__WORK ITEM__. Lines before the one containing "#264=EDGE_LOOP('',(#263));" are to be left out; reproduce that line and all the rest of the entries exactly.

★ ★ ★

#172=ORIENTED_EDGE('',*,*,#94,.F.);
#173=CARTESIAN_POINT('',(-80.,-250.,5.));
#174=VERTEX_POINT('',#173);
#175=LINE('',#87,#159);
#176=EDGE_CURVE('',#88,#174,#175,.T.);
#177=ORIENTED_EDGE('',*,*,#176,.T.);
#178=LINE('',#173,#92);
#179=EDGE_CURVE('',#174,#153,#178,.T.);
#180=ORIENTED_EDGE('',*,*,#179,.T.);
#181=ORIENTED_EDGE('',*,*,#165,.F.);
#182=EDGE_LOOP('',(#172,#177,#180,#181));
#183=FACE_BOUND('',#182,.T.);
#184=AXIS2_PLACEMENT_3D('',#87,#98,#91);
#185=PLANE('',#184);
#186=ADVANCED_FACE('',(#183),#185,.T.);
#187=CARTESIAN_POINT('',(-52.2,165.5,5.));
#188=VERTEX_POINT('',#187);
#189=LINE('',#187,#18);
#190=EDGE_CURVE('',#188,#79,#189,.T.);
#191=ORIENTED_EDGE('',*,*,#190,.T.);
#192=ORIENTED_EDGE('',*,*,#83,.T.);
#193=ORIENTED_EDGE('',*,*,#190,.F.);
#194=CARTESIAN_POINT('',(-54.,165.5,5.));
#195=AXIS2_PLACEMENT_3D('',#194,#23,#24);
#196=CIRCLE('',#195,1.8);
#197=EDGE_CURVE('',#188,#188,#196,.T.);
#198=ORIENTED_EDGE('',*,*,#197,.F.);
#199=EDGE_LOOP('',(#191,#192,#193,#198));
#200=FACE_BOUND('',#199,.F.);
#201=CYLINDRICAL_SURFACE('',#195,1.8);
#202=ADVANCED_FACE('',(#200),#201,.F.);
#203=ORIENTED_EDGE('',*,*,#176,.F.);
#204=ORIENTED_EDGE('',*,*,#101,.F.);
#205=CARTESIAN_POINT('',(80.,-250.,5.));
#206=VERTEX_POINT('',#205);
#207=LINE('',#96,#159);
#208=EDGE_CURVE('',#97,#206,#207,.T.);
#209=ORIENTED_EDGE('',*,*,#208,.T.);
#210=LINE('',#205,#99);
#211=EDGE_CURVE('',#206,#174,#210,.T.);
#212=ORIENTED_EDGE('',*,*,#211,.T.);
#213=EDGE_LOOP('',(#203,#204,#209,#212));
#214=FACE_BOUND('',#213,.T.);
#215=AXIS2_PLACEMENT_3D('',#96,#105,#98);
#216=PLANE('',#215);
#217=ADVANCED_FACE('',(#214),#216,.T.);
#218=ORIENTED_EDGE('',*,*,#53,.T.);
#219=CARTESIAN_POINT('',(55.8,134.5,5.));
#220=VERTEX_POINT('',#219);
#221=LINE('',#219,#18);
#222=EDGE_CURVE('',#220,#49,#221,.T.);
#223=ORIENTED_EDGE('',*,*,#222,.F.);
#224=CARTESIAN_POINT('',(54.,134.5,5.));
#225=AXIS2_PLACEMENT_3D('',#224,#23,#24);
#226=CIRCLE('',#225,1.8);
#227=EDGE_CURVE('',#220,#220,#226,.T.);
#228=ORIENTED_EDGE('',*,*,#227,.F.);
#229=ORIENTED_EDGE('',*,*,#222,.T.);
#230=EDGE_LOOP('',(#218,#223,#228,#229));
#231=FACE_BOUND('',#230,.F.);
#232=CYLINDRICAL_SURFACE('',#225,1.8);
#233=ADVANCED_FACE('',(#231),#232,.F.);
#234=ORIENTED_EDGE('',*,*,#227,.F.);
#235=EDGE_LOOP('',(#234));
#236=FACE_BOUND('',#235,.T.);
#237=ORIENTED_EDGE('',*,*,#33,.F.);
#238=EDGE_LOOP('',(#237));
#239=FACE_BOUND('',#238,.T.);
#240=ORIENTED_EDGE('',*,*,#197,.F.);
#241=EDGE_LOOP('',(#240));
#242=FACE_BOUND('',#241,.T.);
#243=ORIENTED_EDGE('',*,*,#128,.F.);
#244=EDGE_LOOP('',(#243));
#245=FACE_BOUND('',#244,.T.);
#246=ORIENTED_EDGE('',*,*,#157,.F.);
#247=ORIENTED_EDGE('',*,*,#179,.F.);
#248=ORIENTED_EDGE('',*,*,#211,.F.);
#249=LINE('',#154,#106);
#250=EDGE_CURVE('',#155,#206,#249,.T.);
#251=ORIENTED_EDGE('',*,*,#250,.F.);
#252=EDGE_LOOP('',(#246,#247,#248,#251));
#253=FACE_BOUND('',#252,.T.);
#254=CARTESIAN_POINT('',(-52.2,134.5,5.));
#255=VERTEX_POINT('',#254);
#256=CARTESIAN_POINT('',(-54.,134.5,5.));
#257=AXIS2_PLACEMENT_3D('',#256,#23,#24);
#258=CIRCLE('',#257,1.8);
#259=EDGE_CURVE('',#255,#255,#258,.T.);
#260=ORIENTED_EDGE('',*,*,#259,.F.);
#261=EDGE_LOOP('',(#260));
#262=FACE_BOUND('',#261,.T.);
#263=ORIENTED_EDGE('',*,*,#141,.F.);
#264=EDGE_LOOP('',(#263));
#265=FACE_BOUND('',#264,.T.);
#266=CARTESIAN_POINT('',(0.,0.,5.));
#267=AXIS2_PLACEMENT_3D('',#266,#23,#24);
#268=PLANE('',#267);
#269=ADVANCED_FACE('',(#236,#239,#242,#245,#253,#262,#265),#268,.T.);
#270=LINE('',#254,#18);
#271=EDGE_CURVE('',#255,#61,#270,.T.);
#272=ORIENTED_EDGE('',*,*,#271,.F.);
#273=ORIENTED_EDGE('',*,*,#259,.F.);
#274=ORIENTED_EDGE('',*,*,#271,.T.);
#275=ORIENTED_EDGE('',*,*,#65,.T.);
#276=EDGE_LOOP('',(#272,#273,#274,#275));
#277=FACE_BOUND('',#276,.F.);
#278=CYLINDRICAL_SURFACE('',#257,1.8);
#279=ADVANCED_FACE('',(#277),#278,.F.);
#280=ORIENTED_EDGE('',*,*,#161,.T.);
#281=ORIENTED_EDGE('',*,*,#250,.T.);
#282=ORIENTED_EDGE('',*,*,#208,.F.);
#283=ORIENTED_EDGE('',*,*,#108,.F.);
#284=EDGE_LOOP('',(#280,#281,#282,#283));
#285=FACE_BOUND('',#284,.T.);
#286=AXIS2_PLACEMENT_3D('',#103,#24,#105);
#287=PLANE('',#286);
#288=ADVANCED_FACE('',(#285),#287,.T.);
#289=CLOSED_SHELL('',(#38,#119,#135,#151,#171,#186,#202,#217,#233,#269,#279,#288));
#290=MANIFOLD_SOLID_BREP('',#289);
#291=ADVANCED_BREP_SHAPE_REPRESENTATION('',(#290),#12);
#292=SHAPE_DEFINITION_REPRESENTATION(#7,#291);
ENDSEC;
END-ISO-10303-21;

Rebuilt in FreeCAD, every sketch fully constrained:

★ ★ ★

__RESPONSE TO THIS TASK__.
#264=EDGE_LOOP('',(#263));
#265=FACE_BOUND('',#264,.T.);
#266=CARTESIAN_POINT('',(0.,0.,5.));
#267=AXIS2_PLACEMENT_3D('',#266,#23,#24);
#268=PLANE('',#267);
#269=ADVANCED_FACE('',(#236,#239,#242,#245,#253,#262,#265),#268,.T.);
#270=LINE('',#254,#18);
#271=EDGE_CURVE('',#255,#61,#270,.T.);
#272=ORIENTED_EDGE('',*,*,#271,.F.);
#273=ORIENTED_EDGE('',*,*,#259,.F.);
#274=ORIENTED_EDGE('',*,*,#271,.T.);
#275=ORIENTED_EDGE('',*,*,#65,.T.);
#276=EDGE_LOOP('',(#272,#273,#274,#275));
#277=FACE_BOUND('',#276,.F.);
#278=CYLINDRICAL_SURFACE('',#257,1.8);
#279=ADVANCED_FACE('',(#277),#278,.F.);
#280=ORIENTED_EDGE('',*,*,#161,.T.);
#281=ORIENTED_EDGE('',*,*,#250,.T.);
#282=ORIENTED_EDGE('',*,*,#208,.F.);
#283=ORIENTED_EDGE('',*,*,#108,.F.);
#284=EDGE_LOOP('',(#280,#281,#282,#283));
#285=FACE_BOUND('',#284,.T.);
#286=AXIS2_PLACEMENT_3D('',#103,#24,#105);
#287=PLANE('',#286);
#288=ADVANCED_FACE('',(#285),#287,.T.);
#289=CLOSED_SHELL('',(#38,#119,#135,#151,#171,#186,#202,#217,#233,#269,#279,#288));
#290=MANIFOLD_SOLID_BREP('',#289);
#291=ADVANCED_BREP_SHAPE_REPRESENTATION('',(#290),#12);
#292=SHAPE_DEFINITION_REPRESENTATION(#7,#291);
ENDSEC;
END-ISO-10303-21;

Rebuilt in FreeCAD, every sketch fully constrained:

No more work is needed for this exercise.